If anything goes wrong then I think my best bet is the VM snapshot which was on my mind.
Have a great week!
November 8, 2018 at 10:03 am
You're quite welcome, but I'd still push to get a test server stood up. The advantage you've got is, because you're on a VM you should be able to stand up a second VM to test on first. It doesn't even need the same CPU / RAM or even storage as the production VM, just enough to get things loaded for testing. Heck, you could even use a trial version of Windows and SQL Server for this, as you'd just be tearing it down after a couple days or so (I'm not a licensing expert, nor did I stay in a Holiday Inn Express last night. Contact your licensing specialist to make sure this suggestion won't put you / your employer up the solid waste creek without a paddle with Microsoft.)
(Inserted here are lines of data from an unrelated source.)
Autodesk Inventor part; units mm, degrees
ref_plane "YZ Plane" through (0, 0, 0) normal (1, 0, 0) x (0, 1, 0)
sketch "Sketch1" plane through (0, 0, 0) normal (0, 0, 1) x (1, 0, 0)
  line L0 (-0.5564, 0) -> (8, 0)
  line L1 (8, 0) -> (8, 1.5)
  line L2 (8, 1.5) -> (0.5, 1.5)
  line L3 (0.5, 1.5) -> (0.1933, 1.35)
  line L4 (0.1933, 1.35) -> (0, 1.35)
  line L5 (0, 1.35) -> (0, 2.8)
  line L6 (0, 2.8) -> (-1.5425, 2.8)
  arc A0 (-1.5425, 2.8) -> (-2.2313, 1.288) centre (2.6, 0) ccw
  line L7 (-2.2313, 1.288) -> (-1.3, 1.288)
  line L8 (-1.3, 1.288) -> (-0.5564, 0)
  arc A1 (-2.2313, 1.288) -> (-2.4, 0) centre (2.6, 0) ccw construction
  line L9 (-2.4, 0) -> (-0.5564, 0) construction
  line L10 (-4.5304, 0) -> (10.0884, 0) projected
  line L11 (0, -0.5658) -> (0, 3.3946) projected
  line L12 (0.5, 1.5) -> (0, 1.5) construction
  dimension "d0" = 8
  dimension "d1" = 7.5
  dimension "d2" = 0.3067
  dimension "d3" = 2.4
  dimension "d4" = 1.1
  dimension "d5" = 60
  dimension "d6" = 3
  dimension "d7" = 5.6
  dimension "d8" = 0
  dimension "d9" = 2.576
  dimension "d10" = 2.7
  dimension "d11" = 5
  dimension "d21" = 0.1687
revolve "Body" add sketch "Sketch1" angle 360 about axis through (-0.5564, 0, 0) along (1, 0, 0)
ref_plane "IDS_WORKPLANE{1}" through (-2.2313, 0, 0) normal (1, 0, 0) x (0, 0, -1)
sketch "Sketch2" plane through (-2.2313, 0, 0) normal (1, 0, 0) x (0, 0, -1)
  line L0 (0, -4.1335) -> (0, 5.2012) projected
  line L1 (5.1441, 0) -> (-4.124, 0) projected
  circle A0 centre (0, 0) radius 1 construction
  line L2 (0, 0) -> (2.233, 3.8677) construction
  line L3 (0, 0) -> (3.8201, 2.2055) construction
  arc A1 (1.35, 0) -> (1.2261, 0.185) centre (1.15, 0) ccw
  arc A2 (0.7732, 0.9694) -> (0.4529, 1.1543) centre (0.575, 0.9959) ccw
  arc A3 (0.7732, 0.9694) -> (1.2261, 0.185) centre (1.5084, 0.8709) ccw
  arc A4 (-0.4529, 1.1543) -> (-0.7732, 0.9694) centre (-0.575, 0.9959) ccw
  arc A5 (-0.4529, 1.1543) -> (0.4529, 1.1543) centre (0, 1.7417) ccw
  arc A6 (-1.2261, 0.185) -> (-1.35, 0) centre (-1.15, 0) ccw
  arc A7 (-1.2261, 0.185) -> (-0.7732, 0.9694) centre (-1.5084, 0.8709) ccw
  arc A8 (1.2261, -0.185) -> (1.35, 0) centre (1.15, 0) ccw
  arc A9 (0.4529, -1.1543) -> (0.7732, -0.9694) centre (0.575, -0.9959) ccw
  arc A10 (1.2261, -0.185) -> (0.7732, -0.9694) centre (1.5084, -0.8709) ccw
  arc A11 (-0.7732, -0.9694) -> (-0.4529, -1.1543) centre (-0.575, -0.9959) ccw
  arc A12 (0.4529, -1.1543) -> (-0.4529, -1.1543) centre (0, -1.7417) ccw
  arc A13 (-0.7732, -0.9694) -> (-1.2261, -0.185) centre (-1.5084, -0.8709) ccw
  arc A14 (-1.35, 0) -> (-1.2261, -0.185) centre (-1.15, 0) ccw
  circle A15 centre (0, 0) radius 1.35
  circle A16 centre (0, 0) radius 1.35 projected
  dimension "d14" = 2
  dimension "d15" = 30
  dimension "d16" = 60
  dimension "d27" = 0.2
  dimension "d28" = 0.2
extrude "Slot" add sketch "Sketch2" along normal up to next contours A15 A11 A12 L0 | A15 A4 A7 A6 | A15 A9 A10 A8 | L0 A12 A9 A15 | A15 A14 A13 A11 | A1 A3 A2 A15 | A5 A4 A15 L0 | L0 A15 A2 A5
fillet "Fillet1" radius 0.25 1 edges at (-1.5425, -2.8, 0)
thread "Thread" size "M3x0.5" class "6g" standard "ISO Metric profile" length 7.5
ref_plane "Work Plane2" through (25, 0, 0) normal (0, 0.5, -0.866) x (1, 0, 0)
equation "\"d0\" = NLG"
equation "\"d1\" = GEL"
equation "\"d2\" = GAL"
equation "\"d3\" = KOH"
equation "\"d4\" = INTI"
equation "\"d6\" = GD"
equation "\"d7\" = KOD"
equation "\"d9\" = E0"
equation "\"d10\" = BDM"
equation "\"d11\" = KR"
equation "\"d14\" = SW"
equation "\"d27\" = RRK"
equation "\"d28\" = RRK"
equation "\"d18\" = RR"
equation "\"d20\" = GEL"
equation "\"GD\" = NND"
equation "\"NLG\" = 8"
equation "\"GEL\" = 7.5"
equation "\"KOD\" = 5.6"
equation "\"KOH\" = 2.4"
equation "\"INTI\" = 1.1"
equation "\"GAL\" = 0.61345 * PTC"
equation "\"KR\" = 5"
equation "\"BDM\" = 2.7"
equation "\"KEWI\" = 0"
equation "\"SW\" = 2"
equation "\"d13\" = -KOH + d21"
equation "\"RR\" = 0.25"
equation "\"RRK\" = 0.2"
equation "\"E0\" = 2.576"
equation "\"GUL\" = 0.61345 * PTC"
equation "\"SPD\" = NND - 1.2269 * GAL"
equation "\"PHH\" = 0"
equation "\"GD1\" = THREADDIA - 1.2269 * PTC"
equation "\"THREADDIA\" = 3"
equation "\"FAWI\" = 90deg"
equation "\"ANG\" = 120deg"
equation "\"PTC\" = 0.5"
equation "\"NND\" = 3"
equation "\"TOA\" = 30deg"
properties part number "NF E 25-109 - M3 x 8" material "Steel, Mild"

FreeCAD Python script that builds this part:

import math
import FreeCAD as App
import Part
import Sketcher

V = App.Vector
Q = App.Units.Quantity


def edges_at(feature, points):
    """Names of the edges that pass closest to the given points."""
    edges = feature.Shape.Edges
    near = lambda p: min(range(len(edges)), key=lambda i: edges[i].distToShape(Part.Vertex(*p))[0])
    return sorted({f"Edge{near(p) + 1}" for p in points})

doc = App.newDocument("Part")
body = doc.addObject("PartDesign::Body", "Body")

# Sketch on XY plane
sketch1 = body.newObject("Sketcher::SketchObject", "Sketch")
sketch1.AttachmentSupport = (doc.getObject("XY_Plane"), [""])
sketch1.MapMode = "FlatFace"
sketch1.addGeometry([
    Part.LineSegment(V(-1.3, 1.29, 0), V(-0.56, 0, 0)),  # 0
    Part.LineSegment(V(-0.56, 0, 0), V(8, 0, 0)),  # 1
    Part.LineSegment(V(8, 0, 0), V(8, 1.5, 0)),  # 2
    Part.LineSegment(V(8, 1.5, 0), V(0.5, 1.5, 0)),  # 3
    Part.LineSegment(V(0.5, 1.5, 0), V(0.19, 1.35, 0)),  # 4
    Part.LineSegment(V(0.19, 1.35, 0), V(0, 1.35, 0)),  # 5
    Part.LineSegment(V(0, 1.35, 0), V(0, 2.8, 0)),  # 6
    Part.LineSegment(V(0, 2.8, 0), V(-1.54, 2.8, 0)),  # 7
    Part.ArcOfCircle(Part.Circle(V(2.6, 0, 0), V(0, 0, 1), 5), math.radians(145.94), math.radians(165.07)),  # 8
    Part.LineSegment(V(-2.23, 1.29, 0), V(-1.3, 1.29, 0)),  # 9
], False)
sketch1.addConstraint([
    Sketcher.Constraint("Coincident", 0, 2, 1, 1),
    Sketcher.Constraint("Coincident", 1, 2, 2, 1),
    Sketcher.Constraint("Coincident", 2, 2, 3, 1),
    Sketcher.Constraint("Coincident", 3, 2, 4, 1),
    Sketcher.Constraint("Coincident", 4, 2, 5, 1),
    Sketcher.Constraint("Coincident", 5, 2, 6, 1),
    Sketcher.Constraint("Coincident", 6, 2, 7, 1),
    Sketcher.Constraint("Coincident", 7, 2, 8, 1),
    Sketcher.Constraint("Coincident", 8, 2, 9, 1),
    Sketcher.Constraint("Coincident", 9, 2, 0, 1),
    Sketcher.Constraint("Horizontal", 1),
    Sketcher.Constraint("Vertical", 2),
    Sketcher.Constraint("Horizontal", 3),
    Sketcher.Constraint("Horizontal", 5),
    Sketcher.Constraint("Vertical", 6),
    Sketcher.Constraint("Horizontal", 7),
    Sketcher.Constraint("Horizontal", 9),
    Sketcher.Constraint("PointOnObject", 8, 3, -1),
    Sketcher.Constraint("PointOnObject", 0, 2, -1),
    Sketcher.Constraint("PointOnObject", 5, 2, -2),
    Sketcher.Constraint("Radius", 8, 5.0),
    Sketcher.Constraint("DistanceX", 3, 2, 3, 1, 7.5),
    Sketcher.Constraint("DistanceX", -1, 1, 1, 2, 8.0),
    Sketcher.Constraint("Angle", 0, Q("-60.001 deg")),
    Sketcher.Constraint("DistanceY", 2, 1, 2, 2, 1.5),
    Sketcher.Constraint("DistanceY", 6, 1, 6, 2, 1.45),
    Sketcher.Constraint("DistanceX", -1, 1, 8, 3, 2.6),
    Sketcher.Constraint("DistanceY", -1, 1, 6, 2, 2.8),
    Sketcher.Constraint("DistanceX", 9, 2, -1, 1, 1.3),
    Sketcher.Constraint("DistanceX", 4, 2, 3, 2, 0.3067),
    Sketcher.Constraint("DistanceX", 1, 1, 1, 2, 8.5564),
])
revolution = body.newObject("PartDesign::Revolution", "Revolution")
revolution.Profile = sketch1
revolution.ReferenceAxis = (sketch1, ["H_Axis"])
revolution.Angle = 360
If you can't do that, then yes, a VM snapshot will give you a way to back out fairly easily. Out of paranoia you may even want to go as far as stopping the SQL Server service before you snapshot, then restart it before you patch, to ensure the databases are quiet.
November 8, 2018 at 10:14 am
I absolutley agree with your advice about the test server. I will push for it and see it that is a possibility or create awareness of the advantage of having one or maybe build one. I have noted the above suggestions and please share if there is any article with step by step process..I think I am asking to much and respect your time and efforts. Thank you!
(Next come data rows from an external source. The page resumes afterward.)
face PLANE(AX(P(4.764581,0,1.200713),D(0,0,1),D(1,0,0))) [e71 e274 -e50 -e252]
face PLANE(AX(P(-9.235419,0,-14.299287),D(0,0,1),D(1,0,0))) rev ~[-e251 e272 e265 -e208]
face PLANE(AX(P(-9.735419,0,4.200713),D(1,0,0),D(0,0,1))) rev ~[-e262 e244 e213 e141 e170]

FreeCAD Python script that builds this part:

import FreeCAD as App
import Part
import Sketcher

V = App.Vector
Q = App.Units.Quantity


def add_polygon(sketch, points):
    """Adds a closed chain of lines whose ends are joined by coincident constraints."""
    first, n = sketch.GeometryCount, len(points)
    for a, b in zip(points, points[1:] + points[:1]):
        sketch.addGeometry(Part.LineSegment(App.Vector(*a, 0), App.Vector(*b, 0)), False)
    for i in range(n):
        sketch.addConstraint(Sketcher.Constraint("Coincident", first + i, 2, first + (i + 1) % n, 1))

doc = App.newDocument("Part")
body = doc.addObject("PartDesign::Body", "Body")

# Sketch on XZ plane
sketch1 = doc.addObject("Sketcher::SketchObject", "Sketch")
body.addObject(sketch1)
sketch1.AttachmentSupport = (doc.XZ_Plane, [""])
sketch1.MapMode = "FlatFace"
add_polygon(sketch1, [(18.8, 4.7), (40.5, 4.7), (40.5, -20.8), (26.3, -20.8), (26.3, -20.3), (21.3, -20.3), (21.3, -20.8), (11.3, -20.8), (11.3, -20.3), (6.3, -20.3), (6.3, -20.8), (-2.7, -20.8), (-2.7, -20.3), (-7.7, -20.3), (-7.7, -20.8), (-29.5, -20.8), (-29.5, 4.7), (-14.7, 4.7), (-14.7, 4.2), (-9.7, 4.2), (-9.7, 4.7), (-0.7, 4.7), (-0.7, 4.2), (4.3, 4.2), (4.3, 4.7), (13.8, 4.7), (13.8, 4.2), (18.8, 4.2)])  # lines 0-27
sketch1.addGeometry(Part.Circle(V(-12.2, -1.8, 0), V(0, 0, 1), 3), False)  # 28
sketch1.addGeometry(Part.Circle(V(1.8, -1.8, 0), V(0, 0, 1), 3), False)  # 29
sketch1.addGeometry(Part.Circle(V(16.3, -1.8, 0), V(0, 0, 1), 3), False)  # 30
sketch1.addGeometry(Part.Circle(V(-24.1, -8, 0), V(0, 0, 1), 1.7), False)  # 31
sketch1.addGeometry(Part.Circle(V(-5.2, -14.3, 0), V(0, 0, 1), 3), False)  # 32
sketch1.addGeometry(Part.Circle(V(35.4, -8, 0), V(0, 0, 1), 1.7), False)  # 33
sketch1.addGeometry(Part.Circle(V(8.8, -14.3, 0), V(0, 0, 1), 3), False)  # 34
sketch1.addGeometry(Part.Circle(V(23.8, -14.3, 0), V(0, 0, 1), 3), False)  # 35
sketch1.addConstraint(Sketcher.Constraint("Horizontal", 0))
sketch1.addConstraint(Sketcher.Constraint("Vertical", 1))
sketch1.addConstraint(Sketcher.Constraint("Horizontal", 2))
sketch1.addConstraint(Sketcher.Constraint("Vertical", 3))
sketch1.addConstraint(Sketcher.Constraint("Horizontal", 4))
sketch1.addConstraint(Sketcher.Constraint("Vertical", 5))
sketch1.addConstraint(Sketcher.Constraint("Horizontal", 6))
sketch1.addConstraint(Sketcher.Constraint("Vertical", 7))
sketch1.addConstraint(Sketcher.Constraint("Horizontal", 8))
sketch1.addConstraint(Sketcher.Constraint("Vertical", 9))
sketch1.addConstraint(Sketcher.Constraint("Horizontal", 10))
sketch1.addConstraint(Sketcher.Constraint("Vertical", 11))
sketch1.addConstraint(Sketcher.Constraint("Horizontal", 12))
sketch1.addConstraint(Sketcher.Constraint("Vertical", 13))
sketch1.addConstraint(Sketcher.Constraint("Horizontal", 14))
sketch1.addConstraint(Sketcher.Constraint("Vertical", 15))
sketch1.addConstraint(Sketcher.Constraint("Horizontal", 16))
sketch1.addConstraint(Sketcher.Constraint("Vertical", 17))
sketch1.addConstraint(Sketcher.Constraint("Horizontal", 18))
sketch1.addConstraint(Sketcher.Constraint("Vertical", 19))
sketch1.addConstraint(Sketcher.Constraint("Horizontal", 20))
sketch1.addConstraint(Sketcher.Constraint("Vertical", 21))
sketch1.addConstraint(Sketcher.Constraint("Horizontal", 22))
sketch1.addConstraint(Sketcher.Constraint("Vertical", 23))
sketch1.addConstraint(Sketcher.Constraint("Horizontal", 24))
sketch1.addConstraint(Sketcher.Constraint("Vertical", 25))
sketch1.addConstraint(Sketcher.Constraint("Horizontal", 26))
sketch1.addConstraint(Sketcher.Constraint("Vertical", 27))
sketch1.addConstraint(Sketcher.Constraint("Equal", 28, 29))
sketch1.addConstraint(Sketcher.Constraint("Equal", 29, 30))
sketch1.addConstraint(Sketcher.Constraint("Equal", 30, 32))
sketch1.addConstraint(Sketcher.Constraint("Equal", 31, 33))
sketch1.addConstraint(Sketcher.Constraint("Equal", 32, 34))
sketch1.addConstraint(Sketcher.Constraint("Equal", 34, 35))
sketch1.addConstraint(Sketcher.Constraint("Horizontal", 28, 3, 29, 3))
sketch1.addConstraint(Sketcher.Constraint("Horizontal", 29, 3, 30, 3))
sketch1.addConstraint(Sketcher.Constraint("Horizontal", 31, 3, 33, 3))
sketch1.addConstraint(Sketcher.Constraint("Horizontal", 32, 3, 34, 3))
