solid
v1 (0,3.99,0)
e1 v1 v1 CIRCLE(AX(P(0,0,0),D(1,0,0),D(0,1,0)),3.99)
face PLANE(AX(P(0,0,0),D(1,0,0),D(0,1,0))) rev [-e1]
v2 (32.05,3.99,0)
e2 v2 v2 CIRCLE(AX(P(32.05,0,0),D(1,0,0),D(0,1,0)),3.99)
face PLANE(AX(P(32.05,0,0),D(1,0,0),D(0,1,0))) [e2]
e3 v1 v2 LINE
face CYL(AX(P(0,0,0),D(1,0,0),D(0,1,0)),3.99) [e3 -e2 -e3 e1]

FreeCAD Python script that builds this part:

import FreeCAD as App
import Part
import Sketcher
Q = App.Units.Quantity


def add_polygon(sketch, points):
    """Adds a closed chain of lines whose ends are joined by coincident constraints."""
    first, n = sketch.GeometryCount, len(points)
    for a, b in zip(points, points[1:] + points[:1]):
        sketch.addGeometry(Part.LineSegment(App.Vector(*a, 0), App.Vector(*b, 0)), False)
    for i in range(n):
        sketch.addConstraint(Sketcher.Constraint("Coincident", first + i, 2, first + (i + 1) % n, 1))

doc = App.newDocument("Part")
body = doc.addObject("PartDesign::Body", "Body")

# Sketch on XY plane
sketch1 = body.newObject("Sketcher::SketchObject", "Sketch")
sketch1.AttachmentSupport = (doc.getObject("XY_Plane"), [""])
sketch1.MapMode = "FlatFace"
add_polygon(sketch1, [(32.05, 3.99), (0, 3.99), (0, 0), (32.05, 0)])  # lines 0-3
sketch1.addConstraint(Sketcher.Constraint("Horizontal", 0))
sketch1.addConstraint(Sketcher.Constraint("Vertical", 1))
sketch1.addConstraint(Sketcher.Constraint("Horizontal", 2))
sketch1.addConstraint(Sketcher.Constraint("Vertical", 3))
sketch1.addConstraint(Sketcher.Constraint("Coincident", 1, 2, -1, 1))
sketch1.addConstraint(Sketcher.Constraint("DistanceX", 0, 2, 0, 1, Q("32.05 mm")))
sketch1.addConstraint(Sketcher.Constraint("DistanceY", 1, 2, 1, 1, Q("3.99 mm")))
revolution = body.newObject("PartDesign::Revolution", "Revolution")
revolution.Profile = sketch1
revolution.ReferenceAxis = (sketch1, ["H_Axis"])
revolution.Angle = 360

doc.recompute()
November 8, 2018 at 10:27 am
This cannot be SQL 2017, SP has not been released for 2017.
It appears to be SQL 2012. Here are a few issues you may encounter, if it is SQL 2012...
Do you have an SSISDB database? IF so, there was a glitch in the patch. Detach the SSISDB first, and then patch it. Re-attach it after the patching is successful.
I HIGHLY recommend taking a snapshot of this server, spinning it up and running the upgrade. Only then will you have a proper baseline to determine how much downtime you require.
Michael L John
If you assassinate a DBA, would you pull a trigger?
To properly post on a forum:
http://www.sqlservercentral.com/articles/61537/
November 8, 2018 at 1:50 pm
Thanks Michael..yes it is 2012 version. Appreciate your sharing information.. surely helps. Thank you!